Temperature controls the sharpness of the probability distribution before we sample a token. Each logit is divided by $T$ , which amplifies differences between tokens when $T < 1$ and compresses them when $T > 1$ , so unlikely tokens receive more probability mass when the distribution is flatter.

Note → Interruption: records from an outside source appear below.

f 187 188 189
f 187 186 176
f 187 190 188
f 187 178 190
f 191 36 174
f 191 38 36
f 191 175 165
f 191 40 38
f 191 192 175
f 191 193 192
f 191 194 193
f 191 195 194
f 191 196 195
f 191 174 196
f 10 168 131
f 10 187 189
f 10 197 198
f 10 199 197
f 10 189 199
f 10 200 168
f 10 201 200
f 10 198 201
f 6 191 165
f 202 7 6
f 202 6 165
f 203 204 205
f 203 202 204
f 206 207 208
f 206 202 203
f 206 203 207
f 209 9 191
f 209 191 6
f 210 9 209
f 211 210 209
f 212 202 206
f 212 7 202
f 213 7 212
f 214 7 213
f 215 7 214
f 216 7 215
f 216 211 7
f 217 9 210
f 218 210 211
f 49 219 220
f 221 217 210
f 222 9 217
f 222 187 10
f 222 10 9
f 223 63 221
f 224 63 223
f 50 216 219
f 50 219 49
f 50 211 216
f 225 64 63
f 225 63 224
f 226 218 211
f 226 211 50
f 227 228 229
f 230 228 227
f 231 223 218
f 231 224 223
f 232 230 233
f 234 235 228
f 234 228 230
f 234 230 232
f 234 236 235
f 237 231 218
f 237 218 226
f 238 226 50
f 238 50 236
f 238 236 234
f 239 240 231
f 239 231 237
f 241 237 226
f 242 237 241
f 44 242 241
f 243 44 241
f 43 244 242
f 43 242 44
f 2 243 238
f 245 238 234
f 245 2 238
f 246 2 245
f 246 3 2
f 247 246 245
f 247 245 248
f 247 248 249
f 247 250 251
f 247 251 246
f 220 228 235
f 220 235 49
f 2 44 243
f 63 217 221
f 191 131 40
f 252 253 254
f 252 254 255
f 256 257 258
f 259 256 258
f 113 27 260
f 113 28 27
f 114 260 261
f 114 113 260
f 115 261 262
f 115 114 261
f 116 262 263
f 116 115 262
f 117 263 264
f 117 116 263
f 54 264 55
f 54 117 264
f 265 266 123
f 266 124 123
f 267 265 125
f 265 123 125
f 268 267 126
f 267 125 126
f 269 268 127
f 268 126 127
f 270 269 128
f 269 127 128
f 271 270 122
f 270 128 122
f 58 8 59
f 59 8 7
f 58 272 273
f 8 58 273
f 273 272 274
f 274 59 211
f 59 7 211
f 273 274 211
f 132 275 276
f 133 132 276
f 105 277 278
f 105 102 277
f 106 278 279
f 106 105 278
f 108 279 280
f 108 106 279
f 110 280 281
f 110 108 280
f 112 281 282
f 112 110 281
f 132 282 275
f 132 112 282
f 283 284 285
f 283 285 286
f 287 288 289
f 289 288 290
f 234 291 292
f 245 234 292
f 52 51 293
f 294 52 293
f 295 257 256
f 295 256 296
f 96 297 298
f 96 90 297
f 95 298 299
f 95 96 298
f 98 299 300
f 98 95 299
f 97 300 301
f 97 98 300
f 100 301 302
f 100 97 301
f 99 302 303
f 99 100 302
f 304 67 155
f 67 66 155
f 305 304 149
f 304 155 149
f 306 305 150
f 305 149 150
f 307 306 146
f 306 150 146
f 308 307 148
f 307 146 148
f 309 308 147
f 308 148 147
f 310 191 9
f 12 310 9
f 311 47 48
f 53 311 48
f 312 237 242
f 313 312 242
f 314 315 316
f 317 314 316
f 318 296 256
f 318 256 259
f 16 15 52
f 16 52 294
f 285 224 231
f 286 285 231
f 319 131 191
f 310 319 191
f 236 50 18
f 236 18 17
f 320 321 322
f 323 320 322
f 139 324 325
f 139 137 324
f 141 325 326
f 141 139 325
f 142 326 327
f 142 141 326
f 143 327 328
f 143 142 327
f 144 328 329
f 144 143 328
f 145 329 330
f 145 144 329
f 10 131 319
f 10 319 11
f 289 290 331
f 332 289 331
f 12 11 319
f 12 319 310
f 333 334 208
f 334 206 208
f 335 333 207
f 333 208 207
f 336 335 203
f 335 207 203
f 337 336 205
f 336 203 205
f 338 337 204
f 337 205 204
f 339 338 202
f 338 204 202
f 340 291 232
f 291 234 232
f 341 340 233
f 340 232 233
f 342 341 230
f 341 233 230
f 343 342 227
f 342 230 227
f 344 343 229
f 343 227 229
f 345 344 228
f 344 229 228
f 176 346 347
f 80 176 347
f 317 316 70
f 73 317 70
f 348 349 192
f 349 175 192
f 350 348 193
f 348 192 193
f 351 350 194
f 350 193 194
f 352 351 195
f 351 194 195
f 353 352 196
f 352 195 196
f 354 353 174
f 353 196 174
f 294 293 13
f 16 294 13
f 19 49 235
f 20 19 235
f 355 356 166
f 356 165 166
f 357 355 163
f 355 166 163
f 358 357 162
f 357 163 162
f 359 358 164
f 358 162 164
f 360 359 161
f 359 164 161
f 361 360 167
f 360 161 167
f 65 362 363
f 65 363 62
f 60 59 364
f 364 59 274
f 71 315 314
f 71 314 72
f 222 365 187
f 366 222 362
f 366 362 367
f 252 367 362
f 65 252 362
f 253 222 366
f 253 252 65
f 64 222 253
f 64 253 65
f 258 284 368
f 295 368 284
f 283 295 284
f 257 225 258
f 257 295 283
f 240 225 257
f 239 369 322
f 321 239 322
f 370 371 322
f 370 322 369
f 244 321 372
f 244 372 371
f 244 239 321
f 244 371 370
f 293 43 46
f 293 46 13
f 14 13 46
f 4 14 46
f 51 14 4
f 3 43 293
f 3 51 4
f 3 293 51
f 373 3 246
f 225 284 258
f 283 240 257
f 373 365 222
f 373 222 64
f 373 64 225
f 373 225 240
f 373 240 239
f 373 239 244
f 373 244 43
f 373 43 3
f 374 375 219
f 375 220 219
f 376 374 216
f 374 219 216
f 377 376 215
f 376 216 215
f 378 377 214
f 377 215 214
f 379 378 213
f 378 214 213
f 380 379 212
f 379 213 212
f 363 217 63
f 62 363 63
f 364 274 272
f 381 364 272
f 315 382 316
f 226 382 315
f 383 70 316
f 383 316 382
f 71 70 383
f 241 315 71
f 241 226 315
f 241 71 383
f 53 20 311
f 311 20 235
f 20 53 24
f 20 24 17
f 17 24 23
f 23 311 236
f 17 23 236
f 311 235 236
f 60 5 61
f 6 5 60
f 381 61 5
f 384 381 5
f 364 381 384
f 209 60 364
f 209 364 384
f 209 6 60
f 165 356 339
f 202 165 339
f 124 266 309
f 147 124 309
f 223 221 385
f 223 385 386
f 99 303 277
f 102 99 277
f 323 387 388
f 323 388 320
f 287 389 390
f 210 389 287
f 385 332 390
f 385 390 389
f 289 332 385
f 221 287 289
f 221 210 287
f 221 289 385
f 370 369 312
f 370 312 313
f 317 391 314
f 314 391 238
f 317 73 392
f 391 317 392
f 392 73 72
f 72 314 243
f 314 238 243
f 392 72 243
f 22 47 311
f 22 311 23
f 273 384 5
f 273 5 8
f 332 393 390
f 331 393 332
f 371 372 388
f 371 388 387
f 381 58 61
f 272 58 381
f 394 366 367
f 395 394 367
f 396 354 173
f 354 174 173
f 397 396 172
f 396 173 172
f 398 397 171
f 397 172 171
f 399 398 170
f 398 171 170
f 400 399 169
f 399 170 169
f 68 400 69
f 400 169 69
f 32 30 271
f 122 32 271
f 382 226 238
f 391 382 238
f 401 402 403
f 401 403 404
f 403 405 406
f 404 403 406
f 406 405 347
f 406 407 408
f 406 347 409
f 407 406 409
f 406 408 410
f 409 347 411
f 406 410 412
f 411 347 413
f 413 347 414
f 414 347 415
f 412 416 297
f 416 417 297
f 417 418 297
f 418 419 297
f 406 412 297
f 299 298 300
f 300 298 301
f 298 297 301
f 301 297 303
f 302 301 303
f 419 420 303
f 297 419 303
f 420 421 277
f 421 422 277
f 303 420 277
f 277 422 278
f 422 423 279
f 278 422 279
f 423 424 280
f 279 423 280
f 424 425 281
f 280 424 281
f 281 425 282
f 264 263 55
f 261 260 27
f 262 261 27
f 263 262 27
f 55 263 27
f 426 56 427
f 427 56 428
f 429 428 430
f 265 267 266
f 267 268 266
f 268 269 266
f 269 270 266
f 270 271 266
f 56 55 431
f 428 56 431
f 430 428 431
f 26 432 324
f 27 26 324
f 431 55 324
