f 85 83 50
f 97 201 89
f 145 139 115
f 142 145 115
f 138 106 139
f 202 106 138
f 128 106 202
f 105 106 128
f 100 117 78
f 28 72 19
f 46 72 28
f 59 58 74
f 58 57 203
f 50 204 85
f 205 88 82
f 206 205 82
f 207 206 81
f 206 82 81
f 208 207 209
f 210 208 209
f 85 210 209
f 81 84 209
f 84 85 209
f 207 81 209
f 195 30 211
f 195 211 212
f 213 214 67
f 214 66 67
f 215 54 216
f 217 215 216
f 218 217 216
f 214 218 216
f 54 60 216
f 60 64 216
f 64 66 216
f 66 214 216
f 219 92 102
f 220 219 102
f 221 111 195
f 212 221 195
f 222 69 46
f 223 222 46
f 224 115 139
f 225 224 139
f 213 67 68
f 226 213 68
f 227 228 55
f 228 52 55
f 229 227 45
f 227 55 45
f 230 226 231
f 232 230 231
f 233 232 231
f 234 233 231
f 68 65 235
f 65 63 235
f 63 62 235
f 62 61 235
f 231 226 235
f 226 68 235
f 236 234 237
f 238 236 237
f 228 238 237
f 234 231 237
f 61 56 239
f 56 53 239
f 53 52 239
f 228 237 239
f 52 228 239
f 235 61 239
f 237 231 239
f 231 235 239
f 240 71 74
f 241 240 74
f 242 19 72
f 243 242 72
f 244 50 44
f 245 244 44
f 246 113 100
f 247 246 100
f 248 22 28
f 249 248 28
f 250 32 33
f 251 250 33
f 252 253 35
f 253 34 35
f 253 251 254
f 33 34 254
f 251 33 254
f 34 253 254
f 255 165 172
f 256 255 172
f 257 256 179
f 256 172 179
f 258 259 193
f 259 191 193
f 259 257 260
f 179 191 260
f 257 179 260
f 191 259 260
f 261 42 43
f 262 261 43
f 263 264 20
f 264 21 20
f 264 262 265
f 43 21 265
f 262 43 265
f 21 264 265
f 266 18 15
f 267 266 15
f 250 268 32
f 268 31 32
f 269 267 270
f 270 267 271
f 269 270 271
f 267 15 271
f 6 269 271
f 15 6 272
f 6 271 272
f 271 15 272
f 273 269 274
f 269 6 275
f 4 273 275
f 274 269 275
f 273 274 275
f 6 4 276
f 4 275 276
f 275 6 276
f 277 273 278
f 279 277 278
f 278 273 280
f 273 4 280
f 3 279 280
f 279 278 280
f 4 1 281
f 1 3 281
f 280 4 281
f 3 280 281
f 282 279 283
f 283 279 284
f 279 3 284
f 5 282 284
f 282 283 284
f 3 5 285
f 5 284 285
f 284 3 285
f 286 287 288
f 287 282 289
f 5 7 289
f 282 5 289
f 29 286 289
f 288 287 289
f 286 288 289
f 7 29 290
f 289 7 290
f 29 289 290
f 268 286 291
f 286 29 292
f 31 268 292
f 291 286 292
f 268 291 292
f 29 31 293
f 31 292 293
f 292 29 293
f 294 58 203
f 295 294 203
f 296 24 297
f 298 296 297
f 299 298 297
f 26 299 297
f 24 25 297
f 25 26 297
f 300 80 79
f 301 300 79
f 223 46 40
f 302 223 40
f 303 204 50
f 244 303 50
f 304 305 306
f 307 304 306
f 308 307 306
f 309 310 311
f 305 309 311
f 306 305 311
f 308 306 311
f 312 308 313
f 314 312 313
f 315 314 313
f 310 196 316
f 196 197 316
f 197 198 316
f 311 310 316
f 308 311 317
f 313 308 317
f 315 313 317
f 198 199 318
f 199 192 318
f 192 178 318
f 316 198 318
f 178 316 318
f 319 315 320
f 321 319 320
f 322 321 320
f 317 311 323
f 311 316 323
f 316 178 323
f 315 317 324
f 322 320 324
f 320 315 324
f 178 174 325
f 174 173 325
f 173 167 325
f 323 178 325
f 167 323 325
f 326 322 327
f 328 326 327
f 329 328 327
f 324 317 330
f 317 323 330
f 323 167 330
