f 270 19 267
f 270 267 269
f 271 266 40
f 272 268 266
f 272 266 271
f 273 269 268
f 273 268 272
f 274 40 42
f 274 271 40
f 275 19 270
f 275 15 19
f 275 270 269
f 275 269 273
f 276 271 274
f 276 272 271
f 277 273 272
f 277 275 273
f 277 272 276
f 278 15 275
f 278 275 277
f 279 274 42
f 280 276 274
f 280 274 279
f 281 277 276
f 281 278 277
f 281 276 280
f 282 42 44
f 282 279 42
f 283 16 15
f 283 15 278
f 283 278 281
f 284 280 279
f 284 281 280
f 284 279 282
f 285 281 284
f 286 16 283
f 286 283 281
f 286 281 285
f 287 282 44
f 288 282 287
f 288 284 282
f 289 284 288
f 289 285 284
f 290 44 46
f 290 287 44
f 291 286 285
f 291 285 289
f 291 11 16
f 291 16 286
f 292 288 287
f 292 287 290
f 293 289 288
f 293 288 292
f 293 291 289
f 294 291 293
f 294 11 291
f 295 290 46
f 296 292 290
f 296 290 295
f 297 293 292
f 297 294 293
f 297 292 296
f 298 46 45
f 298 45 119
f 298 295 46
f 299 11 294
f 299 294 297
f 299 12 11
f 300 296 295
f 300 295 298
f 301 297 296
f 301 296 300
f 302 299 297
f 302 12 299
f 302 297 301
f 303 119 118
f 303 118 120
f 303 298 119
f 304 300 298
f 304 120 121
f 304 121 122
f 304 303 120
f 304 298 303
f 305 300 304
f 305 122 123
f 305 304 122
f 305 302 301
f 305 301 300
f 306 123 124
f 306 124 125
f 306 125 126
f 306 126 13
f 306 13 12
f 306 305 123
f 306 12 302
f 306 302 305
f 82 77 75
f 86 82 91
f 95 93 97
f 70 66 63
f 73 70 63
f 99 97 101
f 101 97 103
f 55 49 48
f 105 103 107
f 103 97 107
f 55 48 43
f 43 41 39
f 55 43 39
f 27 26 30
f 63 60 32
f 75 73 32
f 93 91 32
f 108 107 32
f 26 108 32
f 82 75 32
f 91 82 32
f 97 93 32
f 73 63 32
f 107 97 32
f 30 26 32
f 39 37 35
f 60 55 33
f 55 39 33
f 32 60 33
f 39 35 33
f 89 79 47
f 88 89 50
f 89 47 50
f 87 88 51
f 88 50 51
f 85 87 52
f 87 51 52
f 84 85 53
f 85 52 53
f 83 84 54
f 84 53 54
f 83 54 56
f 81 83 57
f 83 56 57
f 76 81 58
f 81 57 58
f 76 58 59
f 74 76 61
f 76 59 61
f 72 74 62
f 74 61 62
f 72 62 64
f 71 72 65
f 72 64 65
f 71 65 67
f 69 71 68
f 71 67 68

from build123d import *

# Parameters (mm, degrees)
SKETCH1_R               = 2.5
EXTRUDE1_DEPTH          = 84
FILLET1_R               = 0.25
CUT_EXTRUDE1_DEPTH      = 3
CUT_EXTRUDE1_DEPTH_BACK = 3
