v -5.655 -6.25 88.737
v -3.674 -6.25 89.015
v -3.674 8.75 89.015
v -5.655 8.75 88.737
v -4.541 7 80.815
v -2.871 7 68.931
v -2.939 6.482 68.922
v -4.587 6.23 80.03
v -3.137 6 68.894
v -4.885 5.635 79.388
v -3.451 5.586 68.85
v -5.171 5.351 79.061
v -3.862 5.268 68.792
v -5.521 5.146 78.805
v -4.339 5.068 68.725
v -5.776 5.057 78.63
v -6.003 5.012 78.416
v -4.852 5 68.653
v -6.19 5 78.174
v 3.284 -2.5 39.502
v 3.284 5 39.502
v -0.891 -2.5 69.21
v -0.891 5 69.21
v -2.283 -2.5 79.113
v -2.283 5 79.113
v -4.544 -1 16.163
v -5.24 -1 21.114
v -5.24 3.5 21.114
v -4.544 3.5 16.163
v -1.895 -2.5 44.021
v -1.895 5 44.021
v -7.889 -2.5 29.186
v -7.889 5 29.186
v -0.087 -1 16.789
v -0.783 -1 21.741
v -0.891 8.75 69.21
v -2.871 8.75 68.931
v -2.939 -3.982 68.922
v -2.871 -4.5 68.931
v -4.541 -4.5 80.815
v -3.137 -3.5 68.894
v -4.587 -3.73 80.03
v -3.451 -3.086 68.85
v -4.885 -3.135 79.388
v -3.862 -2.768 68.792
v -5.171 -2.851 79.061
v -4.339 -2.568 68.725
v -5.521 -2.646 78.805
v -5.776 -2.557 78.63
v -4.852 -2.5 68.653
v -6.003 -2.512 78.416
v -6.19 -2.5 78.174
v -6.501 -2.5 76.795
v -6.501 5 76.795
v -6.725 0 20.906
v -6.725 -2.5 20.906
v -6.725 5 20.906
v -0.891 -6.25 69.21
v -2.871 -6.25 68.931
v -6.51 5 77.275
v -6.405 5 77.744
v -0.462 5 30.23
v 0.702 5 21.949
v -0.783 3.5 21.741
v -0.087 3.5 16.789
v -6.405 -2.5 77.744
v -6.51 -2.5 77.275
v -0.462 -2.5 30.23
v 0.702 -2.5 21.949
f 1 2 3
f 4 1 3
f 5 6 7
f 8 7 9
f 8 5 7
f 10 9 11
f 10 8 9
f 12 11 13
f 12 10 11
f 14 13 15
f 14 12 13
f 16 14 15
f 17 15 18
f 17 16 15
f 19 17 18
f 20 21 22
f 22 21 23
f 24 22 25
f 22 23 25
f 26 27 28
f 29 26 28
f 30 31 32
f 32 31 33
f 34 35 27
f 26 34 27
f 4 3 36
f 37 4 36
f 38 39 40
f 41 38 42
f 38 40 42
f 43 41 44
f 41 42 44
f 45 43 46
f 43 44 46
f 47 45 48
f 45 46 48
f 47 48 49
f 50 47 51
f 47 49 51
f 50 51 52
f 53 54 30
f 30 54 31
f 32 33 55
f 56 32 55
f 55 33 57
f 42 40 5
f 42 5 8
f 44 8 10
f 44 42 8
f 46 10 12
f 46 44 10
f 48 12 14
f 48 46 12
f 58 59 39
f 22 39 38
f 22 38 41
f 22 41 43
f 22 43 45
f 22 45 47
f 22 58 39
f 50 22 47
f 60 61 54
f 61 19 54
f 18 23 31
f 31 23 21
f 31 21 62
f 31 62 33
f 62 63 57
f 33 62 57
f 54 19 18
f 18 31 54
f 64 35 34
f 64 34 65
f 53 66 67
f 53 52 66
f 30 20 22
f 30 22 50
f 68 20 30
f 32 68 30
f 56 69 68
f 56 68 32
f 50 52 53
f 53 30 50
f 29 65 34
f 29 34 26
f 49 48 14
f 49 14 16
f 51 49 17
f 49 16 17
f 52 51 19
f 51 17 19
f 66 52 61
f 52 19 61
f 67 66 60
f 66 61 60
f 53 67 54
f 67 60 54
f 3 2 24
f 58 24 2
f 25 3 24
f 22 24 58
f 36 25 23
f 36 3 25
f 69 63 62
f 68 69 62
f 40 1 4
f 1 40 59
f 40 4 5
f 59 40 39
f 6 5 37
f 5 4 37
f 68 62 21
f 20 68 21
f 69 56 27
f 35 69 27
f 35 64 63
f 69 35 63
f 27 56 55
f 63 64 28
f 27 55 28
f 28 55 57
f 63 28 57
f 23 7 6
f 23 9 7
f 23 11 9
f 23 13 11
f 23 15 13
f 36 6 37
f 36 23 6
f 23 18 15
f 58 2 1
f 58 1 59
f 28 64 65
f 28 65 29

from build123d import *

# Parameters (mm, degrees)
ESQUISSE2_R                  = 20
BOSS_EXTRU_1_DEPTH           = 5
BOSS_EXTRU_2_DEPTH           = 5
R_P_TITION_CIRCULAIRE1_COUNT = 24
D_GAGEMENT_M22_D             = 5.1
BOSS_EXTRU_3_DEPTH           = 7.5
ENL_V_MAT_EXTRU_2_DEPTH      = 83.82071633
ENL_V_MAT_EXTRU_2_DEPTH_BACK = 83.82071633
ESQUISSE13_W                 = 57.206213055
ESQUISSE13_H                 = 37.798612504
ESQUISSE14_W                 = 4.5
ESQUISSE14_H                 = 4.5
BOSS_EXTRU_5_DEPTH           = 5
ESQUISSE17_W                 = 20
ESQUISSE17_H                 = 15
BOSS_EXTRU_7_DEPTH           = 2
CONG_1_R                     = 2
CONG_2_R                     = 2


with BuildPart() as part:
    # Esquisse2 → Boss.-Extru.1 (new body)
    with BuildSketch(Plane(origin=(0, 0, 0), x_dir=(1, 0, 0), z_dir=(0, 1, 0))):
        with Locations(Location((0, 0, 0), (0, 0, 270))):
            Circle(ESQUISSE2_R)
    extrude(amount=BOSS_EXTRU_1_DEPTH)

    # Esquisse3 → Boss.-Extru.2 (add)
    with BuildSketch(Plane(origin=(0, 5, 0), x_dir=(1, 0, 0), z_dir=(0, 1, 0))):
        Polygon((-1.625, 19.933875062), (-1.25, 21.933875062), (1.25, 21.933875062), (1.625, 19.933875062), align=None)
    boss_extru_2 = extrude(amount=-BOSS_EXTRU_2_DEPTH)

    # Répétition circulaire1: Boss.-Extru.2 ×24 about axis
    r_p_tition_circulaire1_axis = Axis((0, 0, 0), (0, 1, 0))
    for i in range(1, R_P_TITION_CIRCULAIRE1_COUNT):
        add(boss_extru_2.rotate(r_p_tition_circulaire1_axis, i * 360 / R_P_TITION_CIRCULAIRE1_COUNT))

    # Dégagement M22 (through all)
    with Locations(Plane(origin=(0, 5, 0), x_dir=(1, 0, 0), z_dir=(0, 1, 0))):
        with Locations((0, 0)):
            Hole(D_GAGEMENT_M22_D / 2)

    # Esquisse11 → Boss.-Extru.3 (add)
    with BuildSketch(Plane(origin=(0, 5, 0), x_dir=(1, 0, 0), z_dir=(0, 1, 0))):
        Polygon((-5.801101772, -14.332121903), (1.625908743, -15.37592016), (-0.461687771, -30.229941191), (3.284378163, -39.501779737), (-2.282545875, -79.112502486), (-6.738752185, -78.486223532), (-1.894992792, -44.021084607), (-7.888698287, -29.186142934), align=None)
    extrude(amount=-BOSS_EXTRU_3_DEPTH)

    # Esquisse13 → Enlèv. mat.-Extru.2 (cut, two sides: drawn at the far end of the back side and taken through both)
    with BuildSketch(Plane(origin=(3.713505258, 0, 0.521899129), x_dir=(0.13917310096006574, 0, -0.9902680687415703), z_dir=(0.9902680687415703, 0, 0.13917310096006574)).offset(-ENL_V_MAT_EXTRU_2_DEPTH_BACK)):
        with Locations((6.964953995, 7.661661133)):
            Rectangle(ESQUISSE13_W, ESQUISSE13_H)
    extrude(amount=ENL_V_MAT_EXTRU_2_DEPTH + ENL_V_MAT_EXTRU_2_DEPTH_BACK, mode=Mode.SUBTRACT)

    # Esquisse14 → Boss.-Extru.5 (add)
    with BuildSketch(Plane(origin=(-3.011448787, 0, 21.427571519), x_dir=(-0.9902680687415703, 0, -0.13917310096006574), z_dir=(0.13917310096006574, 0, -0.9902680687415703))):
        with Locations((0, 1.25)):
            Rectangle(ESQUISSE14_W, ESQUISSE14_H)
    extrude(amount=BOSS_EXTRU_5_DEPTH)

    # Esquisse17 → Boss.-Extru.7 (add)
    with BuildSketch(Plane(origin=(8.664845601, 0, 1.217764633), x_dir=(0.13917310096006535, 0, -0.9902680687415704), z_dir=(0.9902680687415704, 0, 0.13917310096006535))):
        with Locations((-78.660254038, 1.25)):
            Rectangle(ESQUISSE17_W, ESQUISSE17_H)
    extrude(amount=-BOSS_EXTRU_7_DEPTH)

    # Congé1
    cong_1_edges = [part.edges().sort_by_distance(p)[0] for p in [
        (-3.567216508, -2.5, 73.882815941),
        (-3.567216508, 5, 73.882815941),
        (-4.263082013, 1.25, 78.834156284),
    ]]
    fillet(cong_1_edges, radius=CONG_1_R)

    # Congé2
    # the kernel refuses this fillet: 2 mm, written as the material it takes off along each edge
    with BuildSketch(Plane(origin=(-6.738752185, 9.270248109, 78.486223532), x_dir=(0.13917310096006505, 0, -0.9902680687415704), z_dir=(0, -1, 0))) as cong_2_piece_1:
        with BuildLine():
            CenterArc((1.708099244, 2), CONG_2_R, 202.024312837, 67.975687163)
            Line((-0.145950378, 1.25), (-0.33135534, 1.175))
            ThreePointArc((-0.33135534, 1.175), (-0.2, 0.5), (-0.2, 0))
            Line((-0.2, 0), (0, -0.2))
            Line((0, -0.2), (1.708099244, -0.2))
            Line((1.708099244, -0.2), (1.708099244, 0))
        make_face()
    extrude(amount=16.040496218, mode=Mode.SUBTRACT)


solid = part.part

We use Nucleus Sampling where we arrange all logits in descending order and select the top cumulative probability mass for a certain threshold and discount all other tokens.

@torch.no_grad()
def generate(model, tokenizer, prompt, max_tokens=200, temperature=1.0, top_p=0.9, device=None):
    if device is None:
        device = next(model.parameters()).device
    model.eval()
 
    token_ids = tokenizer.encode(prompt)
 
    for _ in range(max_tokens):
        input_ids = torch.tensor([token_ids], dtype=torch.long, device=device)
        logits = model(input_ids)
        next_logits = logits[0, -1, :]
 
        if temperature > 0:
            scaled = next_logits / temperature
            probs = torch.softmax(scaled, dim=-1)
            sorted_probs, sorted_indices = torch.sort(probs, descending=True)
            cumsum = torch.cumsum(sorted_probs, dim=-1)
            mask = (cumsum - sorted_probs) > top_p
            sorted_probs[mask] = 0.0
            sorted_probs /= sorted_probs.sum()
            idx = torch.multinomial(sorted_probs, num_samples=1)
            next_id = sorted_indices[idx].item()
        else:
            next_id = next_logits.argmax().item()
 
        token_ids.append(next_id)
 
        decoded = tokenizer.decode([next_id])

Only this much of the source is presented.